# [WHAT THE TASK REQUIRES]
In the entries below, the lines from the one with "40.248245675), align=None, mode=Mode.SUBTRACT)" through the one with "# FreeCAD 1.0 macro for this part" are to be copied exactly; both ends count.
___ DATASET ___
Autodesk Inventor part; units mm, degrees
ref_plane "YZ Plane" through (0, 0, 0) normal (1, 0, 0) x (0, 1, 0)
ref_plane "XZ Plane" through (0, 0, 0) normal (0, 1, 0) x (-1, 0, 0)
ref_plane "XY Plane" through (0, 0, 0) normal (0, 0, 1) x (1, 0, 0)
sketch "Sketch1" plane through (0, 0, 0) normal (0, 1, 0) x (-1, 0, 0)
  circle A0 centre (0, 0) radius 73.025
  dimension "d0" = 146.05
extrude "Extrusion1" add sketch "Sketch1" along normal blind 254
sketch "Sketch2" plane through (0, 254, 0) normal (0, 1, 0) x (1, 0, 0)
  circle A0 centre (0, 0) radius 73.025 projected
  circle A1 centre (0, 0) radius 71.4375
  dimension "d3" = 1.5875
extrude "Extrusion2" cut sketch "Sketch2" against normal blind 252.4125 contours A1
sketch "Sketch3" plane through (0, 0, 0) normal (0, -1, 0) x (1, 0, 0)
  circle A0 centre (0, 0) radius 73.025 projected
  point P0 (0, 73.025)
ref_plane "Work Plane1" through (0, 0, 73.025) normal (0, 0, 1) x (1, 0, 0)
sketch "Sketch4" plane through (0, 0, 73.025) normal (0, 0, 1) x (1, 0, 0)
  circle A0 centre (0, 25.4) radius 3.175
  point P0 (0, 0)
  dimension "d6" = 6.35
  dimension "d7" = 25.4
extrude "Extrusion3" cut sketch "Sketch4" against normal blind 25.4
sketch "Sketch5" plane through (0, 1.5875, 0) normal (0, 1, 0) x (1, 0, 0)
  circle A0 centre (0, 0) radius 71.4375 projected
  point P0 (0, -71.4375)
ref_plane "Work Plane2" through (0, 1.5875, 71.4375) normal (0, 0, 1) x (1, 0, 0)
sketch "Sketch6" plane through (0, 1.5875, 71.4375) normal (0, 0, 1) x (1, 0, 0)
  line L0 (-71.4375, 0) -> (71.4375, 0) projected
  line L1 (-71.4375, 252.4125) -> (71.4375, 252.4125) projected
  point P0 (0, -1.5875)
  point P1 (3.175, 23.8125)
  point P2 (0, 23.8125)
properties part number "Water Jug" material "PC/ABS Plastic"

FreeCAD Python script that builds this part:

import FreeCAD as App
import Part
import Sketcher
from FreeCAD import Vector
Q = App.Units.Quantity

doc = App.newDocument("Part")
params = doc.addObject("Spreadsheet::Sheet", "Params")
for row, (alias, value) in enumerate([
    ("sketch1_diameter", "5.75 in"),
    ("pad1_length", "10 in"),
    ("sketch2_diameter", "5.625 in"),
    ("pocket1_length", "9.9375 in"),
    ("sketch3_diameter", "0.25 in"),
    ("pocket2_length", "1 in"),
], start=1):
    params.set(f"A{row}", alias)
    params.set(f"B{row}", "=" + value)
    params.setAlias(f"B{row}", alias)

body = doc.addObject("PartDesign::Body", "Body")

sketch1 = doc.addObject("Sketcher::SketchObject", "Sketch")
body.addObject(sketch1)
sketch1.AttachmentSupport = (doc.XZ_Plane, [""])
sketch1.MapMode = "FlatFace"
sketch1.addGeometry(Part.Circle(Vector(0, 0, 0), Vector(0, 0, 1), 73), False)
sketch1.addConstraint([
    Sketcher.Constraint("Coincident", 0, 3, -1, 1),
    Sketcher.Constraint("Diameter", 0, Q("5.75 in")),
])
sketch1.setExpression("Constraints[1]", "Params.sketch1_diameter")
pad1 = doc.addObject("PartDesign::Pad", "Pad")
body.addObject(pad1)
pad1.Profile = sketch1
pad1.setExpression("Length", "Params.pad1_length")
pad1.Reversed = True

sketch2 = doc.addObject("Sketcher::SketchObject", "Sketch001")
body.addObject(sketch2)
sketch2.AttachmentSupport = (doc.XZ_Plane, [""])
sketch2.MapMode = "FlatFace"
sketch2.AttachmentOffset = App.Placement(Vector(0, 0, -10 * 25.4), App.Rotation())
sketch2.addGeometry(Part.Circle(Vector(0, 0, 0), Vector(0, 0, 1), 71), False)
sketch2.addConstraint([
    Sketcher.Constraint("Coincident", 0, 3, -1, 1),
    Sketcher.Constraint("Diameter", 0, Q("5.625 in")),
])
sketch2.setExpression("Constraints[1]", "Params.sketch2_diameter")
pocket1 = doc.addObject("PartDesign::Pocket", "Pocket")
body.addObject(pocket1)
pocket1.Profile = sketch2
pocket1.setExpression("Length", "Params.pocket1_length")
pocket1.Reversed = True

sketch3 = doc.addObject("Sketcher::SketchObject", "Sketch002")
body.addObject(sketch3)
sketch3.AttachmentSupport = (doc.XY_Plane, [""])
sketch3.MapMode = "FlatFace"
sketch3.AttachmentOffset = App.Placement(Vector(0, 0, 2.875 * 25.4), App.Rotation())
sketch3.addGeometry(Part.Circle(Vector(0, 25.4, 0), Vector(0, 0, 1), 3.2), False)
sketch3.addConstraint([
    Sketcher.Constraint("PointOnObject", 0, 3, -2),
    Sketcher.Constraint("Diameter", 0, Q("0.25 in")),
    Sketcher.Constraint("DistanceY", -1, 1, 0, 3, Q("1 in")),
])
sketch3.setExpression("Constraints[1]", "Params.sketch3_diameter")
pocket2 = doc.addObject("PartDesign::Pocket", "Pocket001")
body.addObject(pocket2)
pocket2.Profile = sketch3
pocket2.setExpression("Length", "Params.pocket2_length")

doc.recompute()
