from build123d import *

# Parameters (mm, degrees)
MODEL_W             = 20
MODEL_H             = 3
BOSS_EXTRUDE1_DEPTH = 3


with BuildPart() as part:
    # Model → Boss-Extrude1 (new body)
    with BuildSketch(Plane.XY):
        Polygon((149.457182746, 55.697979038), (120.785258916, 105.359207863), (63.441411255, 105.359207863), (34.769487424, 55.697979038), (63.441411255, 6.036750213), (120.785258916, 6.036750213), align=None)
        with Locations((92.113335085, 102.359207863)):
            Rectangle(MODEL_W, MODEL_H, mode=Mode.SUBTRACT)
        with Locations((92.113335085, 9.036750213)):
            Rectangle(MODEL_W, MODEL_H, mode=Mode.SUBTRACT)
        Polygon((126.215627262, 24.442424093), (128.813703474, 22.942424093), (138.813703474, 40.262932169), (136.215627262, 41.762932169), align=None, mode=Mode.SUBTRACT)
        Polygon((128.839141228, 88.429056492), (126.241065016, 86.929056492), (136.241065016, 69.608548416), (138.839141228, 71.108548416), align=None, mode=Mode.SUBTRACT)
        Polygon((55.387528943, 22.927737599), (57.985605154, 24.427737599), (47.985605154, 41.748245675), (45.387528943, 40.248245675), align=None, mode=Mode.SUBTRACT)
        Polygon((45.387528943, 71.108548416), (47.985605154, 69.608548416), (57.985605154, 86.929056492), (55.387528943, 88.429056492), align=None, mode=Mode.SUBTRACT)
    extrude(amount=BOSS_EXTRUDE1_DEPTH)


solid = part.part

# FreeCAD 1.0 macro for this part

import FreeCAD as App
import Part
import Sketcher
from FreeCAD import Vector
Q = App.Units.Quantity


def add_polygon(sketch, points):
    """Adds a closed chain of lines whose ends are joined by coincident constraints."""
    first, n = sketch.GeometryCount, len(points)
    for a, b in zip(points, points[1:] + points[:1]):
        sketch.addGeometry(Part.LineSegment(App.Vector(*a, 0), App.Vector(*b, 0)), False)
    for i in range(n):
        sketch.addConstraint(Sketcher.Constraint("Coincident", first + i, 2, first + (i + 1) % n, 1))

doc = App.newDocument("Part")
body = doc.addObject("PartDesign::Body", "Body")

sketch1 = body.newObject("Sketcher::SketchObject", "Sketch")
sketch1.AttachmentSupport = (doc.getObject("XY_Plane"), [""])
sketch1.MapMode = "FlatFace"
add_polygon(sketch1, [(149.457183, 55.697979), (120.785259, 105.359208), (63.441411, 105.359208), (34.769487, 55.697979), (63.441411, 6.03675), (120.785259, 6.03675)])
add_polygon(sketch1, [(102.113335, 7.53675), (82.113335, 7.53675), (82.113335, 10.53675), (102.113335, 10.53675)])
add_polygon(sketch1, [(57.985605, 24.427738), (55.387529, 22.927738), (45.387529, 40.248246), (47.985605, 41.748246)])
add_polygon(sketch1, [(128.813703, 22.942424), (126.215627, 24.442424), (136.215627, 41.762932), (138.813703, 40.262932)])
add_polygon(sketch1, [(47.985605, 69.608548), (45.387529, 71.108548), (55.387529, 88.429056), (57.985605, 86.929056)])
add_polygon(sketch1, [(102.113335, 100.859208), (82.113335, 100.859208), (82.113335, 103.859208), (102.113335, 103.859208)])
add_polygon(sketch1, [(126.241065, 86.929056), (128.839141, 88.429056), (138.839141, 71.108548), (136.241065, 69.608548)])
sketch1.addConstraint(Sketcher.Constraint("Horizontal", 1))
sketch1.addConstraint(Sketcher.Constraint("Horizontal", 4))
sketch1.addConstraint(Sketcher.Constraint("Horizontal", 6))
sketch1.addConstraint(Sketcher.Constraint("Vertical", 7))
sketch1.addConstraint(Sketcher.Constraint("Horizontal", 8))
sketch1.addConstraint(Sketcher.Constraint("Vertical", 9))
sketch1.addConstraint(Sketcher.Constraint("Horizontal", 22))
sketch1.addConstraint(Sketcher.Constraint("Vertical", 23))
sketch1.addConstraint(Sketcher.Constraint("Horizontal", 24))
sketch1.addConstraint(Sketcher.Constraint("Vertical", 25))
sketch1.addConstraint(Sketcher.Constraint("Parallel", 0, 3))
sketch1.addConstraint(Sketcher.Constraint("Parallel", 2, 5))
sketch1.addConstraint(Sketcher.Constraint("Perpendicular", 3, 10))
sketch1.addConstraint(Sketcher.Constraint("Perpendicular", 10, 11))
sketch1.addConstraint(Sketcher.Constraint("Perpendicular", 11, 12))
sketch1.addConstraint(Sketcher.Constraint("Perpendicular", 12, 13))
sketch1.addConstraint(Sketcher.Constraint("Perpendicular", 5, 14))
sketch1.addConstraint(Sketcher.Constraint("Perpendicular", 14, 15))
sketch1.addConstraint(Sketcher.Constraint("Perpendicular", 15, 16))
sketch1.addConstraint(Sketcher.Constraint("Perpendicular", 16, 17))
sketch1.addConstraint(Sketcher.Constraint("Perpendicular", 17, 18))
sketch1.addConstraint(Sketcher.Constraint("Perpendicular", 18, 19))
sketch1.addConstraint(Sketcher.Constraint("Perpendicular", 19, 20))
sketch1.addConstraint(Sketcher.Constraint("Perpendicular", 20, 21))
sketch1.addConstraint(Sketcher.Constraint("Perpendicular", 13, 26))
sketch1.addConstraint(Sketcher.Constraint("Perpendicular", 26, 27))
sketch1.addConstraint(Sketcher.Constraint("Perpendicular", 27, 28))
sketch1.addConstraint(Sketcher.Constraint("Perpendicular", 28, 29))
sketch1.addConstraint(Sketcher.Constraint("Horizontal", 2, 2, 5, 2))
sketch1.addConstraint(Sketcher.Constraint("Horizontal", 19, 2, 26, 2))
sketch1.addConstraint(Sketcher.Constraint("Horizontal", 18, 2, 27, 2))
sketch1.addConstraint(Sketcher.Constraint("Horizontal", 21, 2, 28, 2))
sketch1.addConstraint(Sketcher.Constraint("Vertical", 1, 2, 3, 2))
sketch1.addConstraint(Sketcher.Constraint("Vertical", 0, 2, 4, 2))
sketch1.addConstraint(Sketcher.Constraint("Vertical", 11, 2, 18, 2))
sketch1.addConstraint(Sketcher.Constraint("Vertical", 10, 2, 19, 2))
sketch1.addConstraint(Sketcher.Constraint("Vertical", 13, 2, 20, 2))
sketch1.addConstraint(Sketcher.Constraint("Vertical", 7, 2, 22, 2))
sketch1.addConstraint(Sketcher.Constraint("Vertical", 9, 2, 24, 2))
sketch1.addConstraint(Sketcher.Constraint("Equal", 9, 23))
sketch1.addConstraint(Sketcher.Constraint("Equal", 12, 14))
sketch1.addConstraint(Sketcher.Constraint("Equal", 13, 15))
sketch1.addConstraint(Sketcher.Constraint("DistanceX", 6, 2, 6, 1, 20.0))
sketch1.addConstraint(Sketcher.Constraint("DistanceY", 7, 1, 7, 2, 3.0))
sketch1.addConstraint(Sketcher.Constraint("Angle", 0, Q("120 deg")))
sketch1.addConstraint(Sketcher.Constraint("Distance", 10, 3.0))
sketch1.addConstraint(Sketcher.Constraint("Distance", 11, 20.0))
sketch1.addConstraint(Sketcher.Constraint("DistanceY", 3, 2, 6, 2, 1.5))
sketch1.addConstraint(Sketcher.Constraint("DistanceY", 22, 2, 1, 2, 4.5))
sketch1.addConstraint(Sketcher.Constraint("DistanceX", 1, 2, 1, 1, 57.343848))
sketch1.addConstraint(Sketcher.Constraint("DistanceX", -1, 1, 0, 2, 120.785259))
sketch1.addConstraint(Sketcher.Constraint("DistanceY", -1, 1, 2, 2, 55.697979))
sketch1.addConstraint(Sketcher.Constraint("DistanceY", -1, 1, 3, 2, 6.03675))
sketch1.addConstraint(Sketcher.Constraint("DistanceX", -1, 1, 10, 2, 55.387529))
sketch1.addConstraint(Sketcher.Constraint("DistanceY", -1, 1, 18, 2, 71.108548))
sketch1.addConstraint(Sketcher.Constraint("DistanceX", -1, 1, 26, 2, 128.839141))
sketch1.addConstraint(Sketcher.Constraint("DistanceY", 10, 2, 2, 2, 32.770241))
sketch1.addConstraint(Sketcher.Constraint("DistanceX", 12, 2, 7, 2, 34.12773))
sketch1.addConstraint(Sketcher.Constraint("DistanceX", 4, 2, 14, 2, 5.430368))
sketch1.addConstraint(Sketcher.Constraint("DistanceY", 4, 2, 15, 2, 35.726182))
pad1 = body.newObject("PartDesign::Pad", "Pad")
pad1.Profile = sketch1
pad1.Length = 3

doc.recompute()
___
# [EXERCISE RESPONSE]
        Polygon((55.387528943, 22.927737599), (57.985605154, 24.427737599), (47.985605154, 41.748245675), (45.387528943, 40.248245675), align=None, mode=Mode.SUBTRACT)
        Polygon((45.387528943, 71.108548416), (47.985605154, 69.608548416), (57.985605154, 86.929056492), (55.387528943, 88.429056492), align=None, mode=Mode.SUBTRACT)
    extrude(amount=BOSS_EXTRUDE1_DEPTH)


solid = part.part

# FreeCAD 1.0 macro for this part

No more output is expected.